**** Listed entries

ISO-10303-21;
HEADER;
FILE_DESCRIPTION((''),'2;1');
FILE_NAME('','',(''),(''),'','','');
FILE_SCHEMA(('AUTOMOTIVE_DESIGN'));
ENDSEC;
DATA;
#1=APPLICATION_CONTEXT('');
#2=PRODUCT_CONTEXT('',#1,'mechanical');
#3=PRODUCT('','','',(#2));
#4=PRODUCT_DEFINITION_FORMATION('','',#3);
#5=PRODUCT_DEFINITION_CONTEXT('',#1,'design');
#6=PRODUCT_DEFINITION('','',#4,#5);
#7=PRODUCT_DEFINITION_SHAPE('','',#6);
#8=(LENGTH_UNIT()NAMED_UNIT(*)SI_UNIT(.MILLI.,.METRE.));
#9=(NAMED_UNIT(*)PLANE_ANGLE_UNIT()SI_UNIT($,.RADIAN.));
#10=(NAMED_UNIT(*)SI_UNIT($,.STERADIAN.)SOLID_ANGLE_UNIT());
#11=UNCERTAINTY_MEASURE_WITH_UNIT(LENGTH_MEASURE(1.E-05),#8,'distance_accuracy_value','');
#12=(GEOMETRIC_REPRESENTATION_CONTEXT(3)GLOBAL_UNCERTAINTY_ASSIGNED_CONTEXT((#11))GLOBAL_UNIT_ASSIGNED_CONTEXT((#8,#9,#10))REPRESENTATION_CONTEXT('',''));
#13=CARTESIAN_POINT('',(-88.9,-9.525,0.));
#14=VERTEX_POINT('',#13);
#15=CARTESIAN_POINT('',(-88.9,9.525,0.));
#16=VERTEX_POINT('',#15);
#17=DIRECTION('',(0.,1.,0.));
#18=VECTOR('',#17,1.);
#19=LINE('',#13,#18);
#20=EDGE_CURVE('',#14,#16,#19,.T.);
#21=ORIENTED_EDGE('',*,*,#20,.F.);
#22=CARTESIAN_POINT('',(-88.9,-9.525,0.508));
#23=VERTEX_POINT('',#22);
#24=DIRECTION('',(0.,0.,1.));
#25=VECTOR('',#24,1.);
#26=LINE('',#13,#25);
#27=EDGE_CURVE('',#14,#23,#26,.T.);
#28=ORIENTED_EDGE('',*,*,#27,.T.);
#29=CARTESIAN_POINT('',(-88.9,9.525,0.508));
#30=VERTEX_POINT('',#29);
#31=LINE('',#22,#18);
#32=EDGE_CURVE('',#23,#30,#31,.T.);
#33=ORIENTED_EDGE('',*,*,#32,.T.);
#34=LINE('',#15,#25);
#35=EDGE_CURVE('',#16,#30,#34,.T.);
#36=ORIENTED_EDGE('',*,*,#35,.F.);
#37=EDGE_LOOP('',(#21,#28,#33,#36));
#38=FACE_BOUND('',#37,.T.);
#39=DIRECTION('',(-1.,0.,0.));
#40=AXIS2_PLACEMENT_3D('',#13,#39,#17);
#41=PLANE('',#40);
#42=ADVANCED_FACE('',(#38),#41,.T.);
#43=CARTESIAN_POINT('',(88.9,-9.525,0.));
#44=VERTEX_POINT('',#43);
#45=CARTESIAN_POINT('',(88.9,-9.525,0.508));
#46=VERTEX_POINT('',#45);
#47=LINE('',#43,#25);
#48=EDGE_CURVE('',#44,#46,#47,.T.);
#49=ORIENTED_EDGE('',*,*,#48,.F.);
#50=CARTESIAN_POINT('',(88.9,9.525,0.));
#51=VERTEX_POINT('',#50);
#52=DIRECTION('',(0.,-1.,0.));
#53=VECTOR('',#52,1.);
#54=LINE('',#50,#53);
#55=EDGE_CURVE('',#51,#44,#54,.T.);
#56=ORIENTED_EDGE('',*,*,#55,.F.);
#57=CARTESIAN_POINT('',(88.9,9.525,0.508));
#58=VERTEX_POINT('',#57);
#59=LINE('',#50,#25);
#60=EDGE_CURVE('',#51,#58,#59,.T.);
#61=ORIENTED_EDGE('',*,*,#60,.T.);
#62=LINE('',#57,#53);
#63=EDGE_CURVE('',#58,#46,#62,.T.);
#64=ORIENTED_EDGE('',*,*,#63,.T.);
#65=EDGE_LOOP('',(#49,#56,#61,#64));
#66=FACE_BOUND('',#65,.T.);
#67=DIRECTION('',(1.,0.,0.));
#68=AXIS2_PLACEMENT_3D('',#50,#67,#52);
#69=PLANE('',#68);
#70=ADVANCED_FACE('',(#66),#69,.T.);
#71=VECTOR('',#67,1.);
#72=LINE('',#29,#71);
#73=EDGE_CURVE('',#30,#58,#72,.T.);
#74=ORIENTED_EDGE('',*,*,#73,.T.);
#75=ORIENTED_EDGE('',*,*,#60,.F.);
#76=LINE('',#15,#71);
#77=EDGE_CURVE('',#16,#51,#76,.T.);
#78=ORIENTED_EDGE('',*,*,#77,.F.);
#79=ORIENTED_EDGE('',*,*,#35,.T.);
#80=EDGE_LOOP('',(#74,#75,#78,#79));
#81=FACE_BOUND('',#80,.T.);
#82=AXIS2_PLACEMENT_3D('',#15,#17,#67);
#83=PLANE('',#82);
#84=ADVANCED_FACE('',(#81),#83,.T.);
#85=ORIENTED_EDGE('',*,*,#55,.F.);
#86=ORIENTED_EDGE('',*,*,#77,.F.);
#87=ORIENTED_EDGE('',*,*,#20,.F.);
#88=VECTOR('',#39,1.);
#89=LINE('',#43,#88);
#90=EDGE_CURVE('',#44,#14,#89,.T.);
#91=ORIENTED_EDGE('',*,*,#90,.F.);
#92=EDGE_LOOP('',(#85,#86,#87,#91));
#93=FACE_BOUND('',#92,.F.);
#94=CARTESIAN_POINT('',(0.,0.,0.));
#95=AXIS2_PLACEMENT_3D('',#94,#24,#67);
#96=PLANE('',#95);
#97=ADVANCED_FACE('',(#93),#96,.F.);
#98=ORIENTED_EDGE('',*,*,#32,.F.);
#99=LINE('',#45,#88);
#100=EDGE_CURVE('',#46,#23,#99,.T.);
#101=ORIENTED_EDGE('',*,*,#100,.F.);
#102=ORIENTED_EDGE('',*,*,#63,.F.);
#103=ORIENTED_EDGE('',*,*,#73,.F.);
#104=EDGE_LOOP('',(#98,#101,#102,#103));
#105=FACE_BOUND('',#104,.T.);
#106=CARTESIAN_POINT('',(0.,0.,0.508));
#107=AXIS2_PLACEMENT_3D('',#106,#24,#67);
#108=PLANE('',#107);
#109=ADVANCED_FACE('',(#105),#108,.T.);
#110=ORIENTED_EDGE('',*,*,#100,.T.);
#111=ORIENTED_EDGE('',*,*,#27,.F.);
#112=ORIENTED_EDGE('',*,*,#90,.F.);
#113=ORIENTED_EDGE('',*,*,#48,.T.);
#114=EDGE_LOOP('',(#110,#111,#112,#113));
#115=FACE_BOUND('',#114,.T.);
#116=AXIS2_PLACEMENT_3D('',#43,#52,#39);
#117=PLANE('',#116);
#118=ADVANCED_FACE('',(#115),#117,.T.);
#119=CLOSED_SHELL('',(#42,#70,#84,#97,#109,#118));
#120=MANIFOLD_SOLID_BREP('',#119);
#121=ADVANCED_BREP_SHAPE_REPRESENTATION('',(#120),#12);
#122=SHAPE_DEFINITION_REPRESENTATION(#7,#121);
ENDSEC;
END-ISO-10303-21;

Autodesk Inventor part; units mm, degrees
ref_plane "YZ Plane" through (0, 0, 0) normal (1, 0, 0) x (0, 1, 0)
ref_plane "XZ Plane" through (0, 0, 0) normal (0, 1, 0) x (-1, 0, 0)
ref_plane "XY Plane" through (0, 0, 0) normal (0, 0, 1) x (1, 0, 0)
sketch "Sketch1" plane through (0, 0, 0) normal (0, 0, 1) x (1, 0, 0)
  line L0 (88.9, -9.525) -> (-88.9, -9.525)
  line L1 (-88.9, -9.525) -> (-88.9, 9.525)
  line L2 (-88.9, 9.525) -> (88.9, 9.525)
  line L3 (88.9, 9.525) -> (88.9, -9.525)
  line L4 (88.9, -9.525) -> (-88.9, 9.525) construction
  line L5 (-88.9, -9.525) -> (88.9, 9.525) construction
  point P0 (0, 0)
  dimension "d0" = 19.05
  dimension "d1" = 177.8
extrude "Extrusion1" add sketch "Sketch1" along normal blind 0.508
properties part number "TETHLON_TAPE" material "Iglidur,V400"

********

_Instructions to follow:_ Both the line containing "#68=AXIS2_PLACEMENT_3D('',#50,#67,#52);" and the line containing "END-ISO-10303-21;" belong in the answer. Print them and every line above that falls between them exactly, and no others.

_Solution for this exercise:_
#68=AXIS2_PLACEMENT_3D('',#50,#67,#52);
#69=PLANE('',#68);
#70=ADVANCED_FACE('',(#66),#69,.T.);
#71=VECTOR('',#67,1.);
#72=LINE('',#29,#71);
#73=EDGE_CURVE('',#30,#58,#72,.T.);
#74=ORIENTED_EDGE('',*,*,#73,.T.);
#75=ORIENTED_EDGE('',*,*,#60,.F.);
#76=LINE('',#15,#71);
#77=EDGE_CURVE('',#16,#51,#76,.T.);
#78=ORIENTED_EDGE('',*,*,#77,.F.);
#79=ORIENTED_EDGE('',*,*,#35,.T.);
#80=EDGE_LOOP('',(#74,#75,#78,#79));
#81=FACE_BOUND('',#80,.T.);
#82=AXIS2_PLACEMENT_3D('',#15,#17,#67);
#83=PLANE('',#82);
#84=ADVANCED_FACE('',(#81),#83,.T.);
#85=ORIENTED_EDGE('',*,*,#55,.F.);
#86=ORIENTED_EDGE('',*,*,#77,.F.);
#87=ORIENTED_EDGE('',*,*,#20,.F.);
#88=VECTOR('',#39,1.);
#89=LINE('',#43,#88);
#90=EDGE_CURVE('',#44,#14,#89,.T.);
#91=ORIENTED_EDGE('',*,*,#90,.F.);
#92=EDGE_LOOP('',(#85,#86,#87,#91));
#93=FACE_BOUND('',#92,.F.);
#94=CARTESIAN_POINT('',(0.,0.,0.));
#95=AXIS2_PLACEMENT_3D('',#94,#24,#67);
#96=PLANE('',#95);
#97=ADVANCED_FACE('',(#93),#96,.F.);
#98=ORIENTED_EDGE('',*,*,#32,.F.);
#99=LINE('',#45,#88);
#100=EDGE_CURVE('',#46,#23,#99,.T.);
#101=ORIENTED_EDGE('',*,*,#100,.F.);
#102=ORIENTED_EDGE('',*,*,#63,.F.);
#103=ORIENTED_EDGE('',*,*,#73,.F.);
#104=EDGE_LOOP('',(#98,#101,#102,#103));
#105=FACE_BOUND('',#104,.T.);
#106=CARTESIAN_POINT('',(0.,0.,0.508));
#107=AXIS2_PLACEMENT_3D('',#106,#24,#67);
#108=PLANE('',#107);
#109=ADVANCED_FACE('',(#105),#108,.T.);
#110=ORIENTED_EDGE('',*,*,#100,.T.);
#111=ORIENTED_EDGE('',*,*,#27,.F.);
#112=ORIENTED_EDGE('',*,*,#90,.F.);
#113=ORIENTED_EDGE('',*,*,#48,.T.);
#114=EDGE_LOOP('',(#110,#111,#112,#113));
#115=FACE_BOUND('',#114,.T.);
#116=AXIS2_PLACEMENT_3D('',#43,#52,#39);
#117=PLANE('',#116);
#118=ADVANCED_FACE('',(#115),#117,.T.);
#119=CLOSED_SHELL('',(#42,#70,#84,#97,#109,#118));
#120=MANIFOLD_SOLID_BREP('',#119);
#121=ADVANCED_BREP_SHAPE_REPRESENTATION('',(#120),#12);
#122=SHAPE_DEFINITION_REPRESENTATION(#7,#121);
ENDSEC;
END-ISO-10303-21;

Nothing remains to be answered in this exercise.